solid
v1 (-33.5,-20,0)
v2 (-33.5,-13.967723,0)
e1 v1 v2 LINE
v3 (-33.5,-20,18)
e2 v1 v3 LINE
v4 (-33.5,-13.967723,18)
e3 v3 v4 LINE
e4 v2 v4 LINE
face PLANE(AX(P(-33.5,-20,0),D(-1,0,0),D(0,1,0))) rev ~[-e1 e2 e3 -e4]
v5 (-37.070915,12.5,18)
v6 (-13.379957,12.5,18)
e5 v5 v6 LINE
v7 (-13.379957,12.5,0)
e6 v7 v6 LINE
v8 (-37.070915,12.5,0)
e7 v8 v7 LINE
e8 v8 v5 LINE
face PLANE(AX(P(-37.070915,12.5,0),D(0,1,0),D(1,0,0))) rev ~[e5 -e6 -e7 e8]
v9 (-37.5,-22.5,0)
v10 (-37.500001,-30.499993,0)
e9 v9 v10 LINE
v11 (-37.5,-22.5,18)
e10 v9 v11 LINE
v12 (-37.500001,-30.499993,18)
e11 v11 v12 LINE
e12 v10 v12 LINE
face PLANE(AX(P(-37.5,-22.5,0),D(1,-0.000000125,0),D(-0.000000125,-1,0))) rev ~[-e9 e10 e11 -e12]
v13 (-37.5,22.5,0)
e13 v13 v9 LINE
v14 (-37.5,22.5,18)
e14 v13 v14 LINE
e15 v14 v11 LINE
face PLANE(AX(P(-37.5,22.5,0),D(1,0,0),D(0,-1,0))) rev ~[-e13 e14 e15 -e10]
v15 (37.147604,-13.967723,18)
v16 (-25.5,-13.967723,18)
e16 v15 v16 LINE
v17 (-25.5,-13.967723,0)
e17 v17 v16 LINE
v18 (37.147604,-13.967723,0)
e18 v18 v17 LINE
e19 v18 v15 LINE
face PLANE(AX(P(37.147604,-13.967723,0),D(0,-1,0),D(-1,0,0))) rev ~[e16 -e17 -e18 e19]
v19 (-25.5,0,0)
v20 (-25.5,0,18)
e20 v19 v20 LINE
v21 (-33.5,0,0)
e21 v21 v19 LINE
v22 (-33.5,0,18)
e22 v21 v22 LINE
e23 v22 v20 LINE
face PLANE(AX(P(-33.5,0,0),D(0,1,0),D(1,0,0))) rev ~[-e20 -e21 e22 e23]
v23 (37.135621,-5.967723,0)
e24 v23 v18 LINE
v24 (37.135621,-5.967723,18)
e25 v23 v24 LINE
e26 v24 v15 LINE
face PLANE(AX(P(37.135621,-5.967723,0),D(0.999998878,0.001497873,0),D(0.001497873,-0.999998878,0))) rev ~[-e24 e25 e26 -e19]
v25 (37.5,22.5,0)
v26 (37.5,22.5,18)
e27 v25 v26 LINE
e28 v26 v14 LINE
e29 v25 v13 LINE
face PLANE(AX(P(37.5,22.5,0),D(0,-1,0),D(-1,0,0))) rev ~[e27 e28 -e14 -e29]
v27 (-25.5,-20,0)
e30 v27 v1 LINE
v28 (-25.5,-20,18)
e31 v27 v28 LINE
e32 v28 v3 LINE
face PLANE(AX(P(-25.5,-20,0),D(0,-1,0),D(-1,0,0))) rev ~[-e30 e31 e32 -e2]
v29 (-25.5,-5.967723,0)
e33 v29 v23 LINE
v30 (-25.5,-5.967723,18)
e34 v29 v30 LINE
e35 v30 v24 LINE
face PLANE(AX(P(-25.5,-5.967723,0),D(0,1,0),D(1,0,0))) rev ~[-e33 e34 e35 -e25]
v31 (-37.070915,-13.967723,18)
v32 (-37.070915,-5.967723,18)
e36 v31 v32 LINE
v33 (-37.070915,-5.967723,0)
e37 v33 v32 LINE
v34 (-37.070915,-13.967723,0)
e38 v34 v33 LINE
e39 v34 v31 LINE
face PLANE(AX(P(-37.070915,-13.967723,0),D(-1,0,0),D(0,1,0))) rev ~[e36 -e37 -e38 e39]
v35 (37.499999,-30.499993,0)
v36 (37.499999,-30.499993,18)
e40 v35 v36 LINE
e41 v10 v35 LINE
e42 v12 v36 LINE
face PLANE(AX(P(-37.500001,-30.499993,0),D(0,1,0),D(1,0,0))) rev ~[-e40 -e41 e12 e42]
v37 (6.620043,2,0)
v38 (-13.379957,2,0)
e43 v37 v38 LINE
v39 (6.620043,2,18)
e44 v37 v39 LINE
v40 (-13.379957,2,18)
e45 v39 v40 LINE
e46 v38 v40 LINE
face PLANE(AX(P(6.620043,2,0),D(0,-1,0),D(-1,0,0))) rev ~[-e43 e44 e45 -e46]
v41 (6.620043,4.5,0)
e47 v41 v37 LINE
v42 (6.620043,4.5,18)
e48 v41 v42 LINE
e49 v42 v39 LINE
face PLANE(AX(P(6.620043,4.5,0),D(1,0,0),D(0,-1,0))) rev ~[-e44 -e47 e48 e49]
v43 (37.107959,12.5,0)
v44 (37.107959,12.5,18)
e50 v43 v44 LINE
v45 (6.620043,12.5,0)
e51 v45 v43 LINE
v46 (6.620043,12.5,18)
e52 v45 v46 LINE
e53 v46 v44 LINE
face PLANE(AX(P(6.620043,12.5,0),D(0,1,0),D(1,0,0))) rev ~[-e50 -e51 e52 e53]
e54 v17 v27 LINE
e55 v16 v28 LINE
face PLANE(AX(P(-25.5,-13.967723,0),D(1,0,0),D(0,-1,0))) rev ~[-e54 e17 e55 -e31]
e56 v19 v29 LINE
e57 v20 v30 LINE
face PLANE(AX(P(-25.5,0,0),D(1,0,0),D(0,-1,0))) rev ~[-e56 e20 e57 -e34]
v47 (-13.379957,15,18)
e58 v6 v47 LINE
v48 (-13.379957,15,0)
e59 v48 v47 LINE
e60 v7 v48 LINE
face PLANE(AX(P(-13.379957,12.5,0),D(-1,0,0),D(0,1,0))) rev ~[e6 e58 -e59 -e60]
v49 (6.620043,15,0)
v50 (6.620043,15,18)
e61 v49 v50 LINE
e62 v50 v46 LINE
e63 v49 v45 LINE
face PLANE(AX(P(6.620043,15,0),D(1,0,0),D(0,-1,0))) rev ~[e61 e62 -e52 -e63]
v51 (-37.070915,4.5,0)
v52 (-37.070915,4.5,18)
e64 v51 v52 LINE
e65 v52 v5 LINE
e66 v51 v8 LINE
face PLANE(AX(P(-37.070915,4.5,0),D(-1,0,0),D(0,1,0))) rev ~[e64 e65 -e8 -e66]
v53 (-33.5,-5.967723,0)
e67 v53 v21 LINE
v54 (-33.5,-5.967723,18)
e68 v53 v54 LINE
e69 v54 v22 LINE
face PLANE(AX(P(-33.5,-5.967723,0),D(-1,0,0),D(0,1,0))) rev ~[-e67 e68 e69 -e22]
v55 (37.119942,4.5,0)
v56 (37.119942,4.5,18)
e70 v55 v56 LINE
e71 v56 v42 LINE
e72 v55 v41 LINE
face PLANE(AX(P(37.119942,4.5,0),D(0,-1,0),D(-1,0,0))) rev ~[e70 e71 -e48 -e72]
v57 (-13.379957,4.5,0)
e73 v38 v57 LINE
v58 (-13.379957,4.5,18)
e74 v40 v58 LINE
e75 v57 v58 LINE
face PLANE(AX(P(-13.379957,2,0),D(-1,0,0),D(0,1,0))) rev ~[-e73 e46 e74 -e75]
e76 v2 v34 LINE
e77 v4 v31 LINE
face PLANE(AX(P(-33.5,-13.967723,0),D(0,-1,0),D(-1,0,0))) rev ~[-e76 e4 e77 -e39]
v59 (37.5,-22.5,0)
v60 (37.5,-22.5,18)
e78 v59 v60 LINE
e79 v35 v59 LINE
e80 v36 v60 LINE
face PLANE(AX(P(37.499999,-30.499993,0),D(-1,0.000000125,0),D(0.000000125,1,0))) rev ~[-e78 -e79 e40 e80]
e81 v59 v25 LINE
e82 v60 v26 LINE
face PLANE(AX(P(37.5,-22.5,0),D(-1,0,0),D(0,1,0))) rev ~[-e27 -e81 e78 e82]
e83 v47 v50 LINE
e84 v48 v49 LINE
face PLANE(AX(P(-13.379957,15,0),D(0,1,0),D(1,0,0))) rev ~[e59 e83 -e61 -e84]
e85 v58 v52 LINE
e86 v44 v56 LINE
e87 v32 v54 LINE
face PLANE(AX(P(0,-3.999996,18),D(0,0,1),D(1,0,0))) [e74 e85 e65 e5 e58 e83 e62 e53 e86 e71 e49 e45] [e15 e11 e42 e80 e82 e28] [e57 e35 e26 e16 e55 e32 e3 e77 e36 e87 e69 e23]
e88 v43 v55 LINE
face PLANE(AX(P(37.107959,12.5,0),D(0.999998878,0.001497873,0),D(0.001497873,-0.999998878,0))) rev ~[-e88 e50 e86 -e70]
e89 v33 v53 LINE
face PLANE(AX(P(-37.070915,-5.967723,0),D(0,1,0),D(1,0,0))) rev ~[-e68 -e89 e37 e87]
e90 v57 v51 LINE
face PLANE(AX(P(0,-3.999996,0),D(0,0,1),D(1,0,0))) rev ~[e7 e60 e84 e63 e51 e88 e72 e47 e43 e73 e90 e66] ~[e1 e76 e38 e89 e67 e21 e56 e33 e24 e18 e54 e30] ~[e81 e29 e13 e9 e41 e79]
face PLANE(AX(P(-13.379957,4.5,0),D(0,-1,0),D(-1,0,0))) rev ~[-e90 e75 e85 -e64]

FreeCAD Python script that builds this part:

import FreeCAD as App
import Part
import Sketcher
Q = App.Units.Quantity


def add_polygon(sketch, points):
    """Adds a closed chain of lines whose ends are joined by coincident constraints."""
    first, n = sketch.GeometryCount, len(points)
    for a, b in zip(points, points[1:] + points[:1]):
        sketch.addGeometry(Part.LineSegment(App.Vector(*a, 0), App.Vector(*b, 0)), False)
    for i in range(n):
        sketch.addConstraint(Sketcher.Constraint("Coincident", first + i, 2, first + (i + 1) % n, 1))

doc = App.newDocument("Part")
body = doc.addObject("PartDesign::Body", "Body")

# Sketch on XY plane
sketch1 = body.newObject("Sketcher::SketchObject", "Sketch")
sketch1.AttachmentSupport = (doc.getObject("XY_Plane"), [""])
sketch1.MapMode = "FlatFace"
add_polygon(sketch1, [(-37.5, -30.5), (37.5, -30.5), (37.5, -22.5), (37.5, 22.5), (-37.5, 22.5), (-37.5, -22.5)])  # lines 0-5
add_polygon(sketch1, [(37.1, -14), (-25.5, -14), (-25.5, -20), (-33.5, -20), (-33.5, -14), (-37.1, -14), (-37.1, -6), (-33.5, -6), (-33.5, 0), (-25.5, 0), (-25.5, -6), (37.1, -6)])  # lines 6-17
add_polygon(sketch1, [(-37.1, 12.5), (-13.4, 12.5), (-13.4, 15), (6.6, 15), (6.6, 12.5), (37.1, 12.5), (37.1, 4.5), (6.6, 4.5), (6.6, 2), (-13.4, 2), (-13.4, 4.5), (-37.1, 4.5)])  # lines 18-29
sketch1.addConstraint([
    Sketcher.Constraint("Horizontal", 0),
    Sketcher.Constraint("Vertical", 1),
    Sketcher.Constraint("Vertical", 2),
    Sketcher.Constraint("Horizontal", 3),
    Sketcher.Constraint("Vertical", 4),
    Sketcher.Constraint("Vertical", 5),
    Sketcher.Constraint("Horizontal", 6),
    Sketcher.Constraint("Vertical", 7),
    Sketcher.Constraint("Horizontal", 8),
    Sketcher.Constraint("Vertical", 9),
    Sketcher.Constraint("Horizontal", 10),
    Sketcher.Constraint("Vertical", 11),
    Sketcher.Constraint("Horizontal", 12),
    Sketcher.Constraint("Vertical", 13),
    Sketcher.Constraint("Horizontal", 14),
    Sketcher.Constraint("Vertical", 15),
    Sketcher.Constraint("Horizontal", 16),
    Sketcher.Constraint("Horizontal", 18),
    Sketcher.Constraint("Vertical", 19),
    Sketcher.Constraint("Horizontal", 20),
    Sketcher.Constraint("Vertical", 21),
    Sketcher.Constraint("Horizontal", 22),
    Sketcher.Constraint("Horizontal", 24),
    Sketcher.Constraint("Vertical", 25),
    Sketcher.Constraint("Horizontal", 26),
    Sketcher.Constraint("Vertical", 27),
    Sketcher.Constraint("Horizontal", 28),
    Sketcher.Constraint("Vertical", 29),
    Sketcher.Constraint("Symmetric", 1, 2, 3, 2, -1, 1),
    Sketcher.Constraint("PointOnObject", 13, 2, -1),
    Sketcher.Constraint("Parallel", 17, 23),
    Sketcher.Constraint("Horizontal", 1, 2, 4, 2),
    Sketcher.Constraint("Horizontal", 6, 2, 9, 2),
    Sketcher.Constraint("Horizontal", 12, 2, 15, 2),
    Sketcher.Constraint("Horizontal", 18, 2, 21, 2),
    Sketcher.Constraint("Horizontal", 24, 2, 27, 2),
    Sketcher.Constraint("Vertical", 9, 2, 12, 2),
    Sketcher.Constraint("Vertical", 7, 2, 14, 2),
    Sketcher.Constraint("Vertical", 21, 2, 24, 2),
    Sketcher.Constraint("Vertical", 19, 2, 26, 2),
    Sketcher.Constraint("Vertical", 11, 2, 28, 2),
    Sketcher.Constraint("Equal", 14, 11),
    Sketcher.Constraint("Equal", 21, 25),
    Sketcher.Constraint("Equal", 11, 29),
    Sketcher.Constraint("DistanceX", 0, 1, 0, 2, Q("75 mm")),
    Sketcher.Constraint("DistanceX", 8, 2, 8, 1, Q("8 mm")),
    Sketcher.Constraint("DistanceX", 20, 1, 20, 2, Q("20 mm")),
    Sketcher.Constraint("DistanceY", 2, 1, 2, 2, Q("45 mm")),
    Sketcher.Constraint("DistanceY", 19, 1, 19, 2, Q("2.5 mm")),
    Sketcher.Constraint("DistanceY", 7, 2, -1, 1, Q("20 mm")),
    Sketcher.Constraint("DistanceY", -1, 1, 19, 2, Q("15 mm")),
    Sketcher.Constraint("DistanceX", 4, 2, 6, 2, Q("12 mm")),
    Sketcher.Constraint("DistanceX", 24, 2, 24, 1, Q("30.499899 mm")),
    Sketcher.Constraint("DistanceX", 16, 1, 16, 2, Q("62.635621 mm")),
    Sketcher.Constraint("DistanceX", 18, 1, 18, 2, Q("23.690958 mm")),
    Sketcher.Constraint("DistanceX", 6, 2, 6, 1, Q("62.647604 mm")),
    Sketcher.Constraint("DistanceX", 10, 2, 10, 1, Q("3.570915 mm")),
    Sketcher.Constraint("DistanceY", 1, 1, 1, 2, Q("7.999993 mm")),
    Sketcher.Constraint("DistanceY", 7, 2, 7, 1, Q("6.032277 mm")),
])
pad1 = body.newObject("PartDesign::Pad", "Pad")
pad1.Profile = sketch1
pad1.Length = 18

doc.recompute()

Work instruction: In the listing above, find the line with "v17 (-25.5,-13.967723,0)" and the line with "e43 v37 v38 LINE"; set down exactly those two lines and every line between them, nothing more.

Expected output:
v17 (-25.5,-13.967723,0)
e17 v17 v16 LINE
v18 (37.147604,-13.967723,0)
e18 v18 v17 LINE
e19 v18 v15 LINE
face PLANE(AX(P(37.147604,-13.967723,0),D(0,-1,0),D(-1,0,0))) rev ~[e16 -e17 -e18 e19]
v19 (-25.5,0,0)
v20 (-25.5,0,18)
e20 v19 v20 LINE
v21 (-33.5,0,0)
e21 v21 v19 LINE
v22 (-33.5,0,18)
e22 v21 v22 LINE
e23 v22 v20 LINE
face PLANE(AX(P(-33.5,0,0),D(0,1,0),D(1,0,0))) rev ~[-e20 -e21 e22 e23]
v23 (37.135621,-5.967723,0)
e24 v23 v18 LINE
v24 (37.135621,-5.967723,18)
e25 v23 v24 LINE
e26 v24 v15 LINE
face PLANE(AX(P(37.135621,-5.967723,0),D(0.999998878,0.001497873,0),D(0.001497873,-0.999998878,0))) rev ~[-e24 e25 e26 -e19]
v25 (37.5,22.5,0)
v26 (37.5,22.5,18)
e27 v25 v26 LINE
e28 v26 v14 LINE
e29 v25 v13 LINE
face PLANE(AX(P(37.5,22.5,0),D(0,-1,0),D(-1,0,0))) rev ~[e27 e28 -e14 -e29]
v27 (-25.5,-20,0)
e30 v27 v1 LINE
v28 (-25.5,-20,18)
e31 v27 v28 LINE
e32 v28 v3 LINE
face PLANE(AX(P(-25.5,-20,0),D(0,-1,0),D(-1,0,0))) rev ~[-e30 e31 e32 -e2]
v29 (-25.5,-5.967723,0)
e33 v29 v23 LINE
v30 (-25.5,-5.967723,18)
e34 v29 v30 LINE
e35 v30 v24 LINE
face PLANE(AX(P(-25.5,-5.967723,0),D(0,1,0),D(1,0,0))) rev ~[-e33 e34 e35 -e25]
v31 (-37.070915,-13.967723,18)
v32 (-37.070915,-5.967723,18)
e36 v31 v32 LINE
v33 (-37.070915,-5.967723,0)
e37 v33 v32 LINE
v34 (-37.070915,-13.967723,0)
e38 v34 v33 LINE
e39 v34 v31 LINE
face PLANE(AX(P(-37.070915,-13.967723,0),D(-1,0,0),D(0,1,0))) rev ~[e36 -e37 -e38 e39]
v35 (37.499999,-30.499993,0)
v36 (37.499999,-30.499993,18)
e40 v35 v36 LINE
e41 v10 v35 LINE
e42 v12 v36 LINE
face PLANE(AX(P(-37.500001,-30.499993,0),D(0,1,0),D(1,0,0))) rev ~[-e40 -e41 e12 e42]
v37 (6.620043,2,0)
v38 (-13.379957,2,0)
e43 v37 v38 LINE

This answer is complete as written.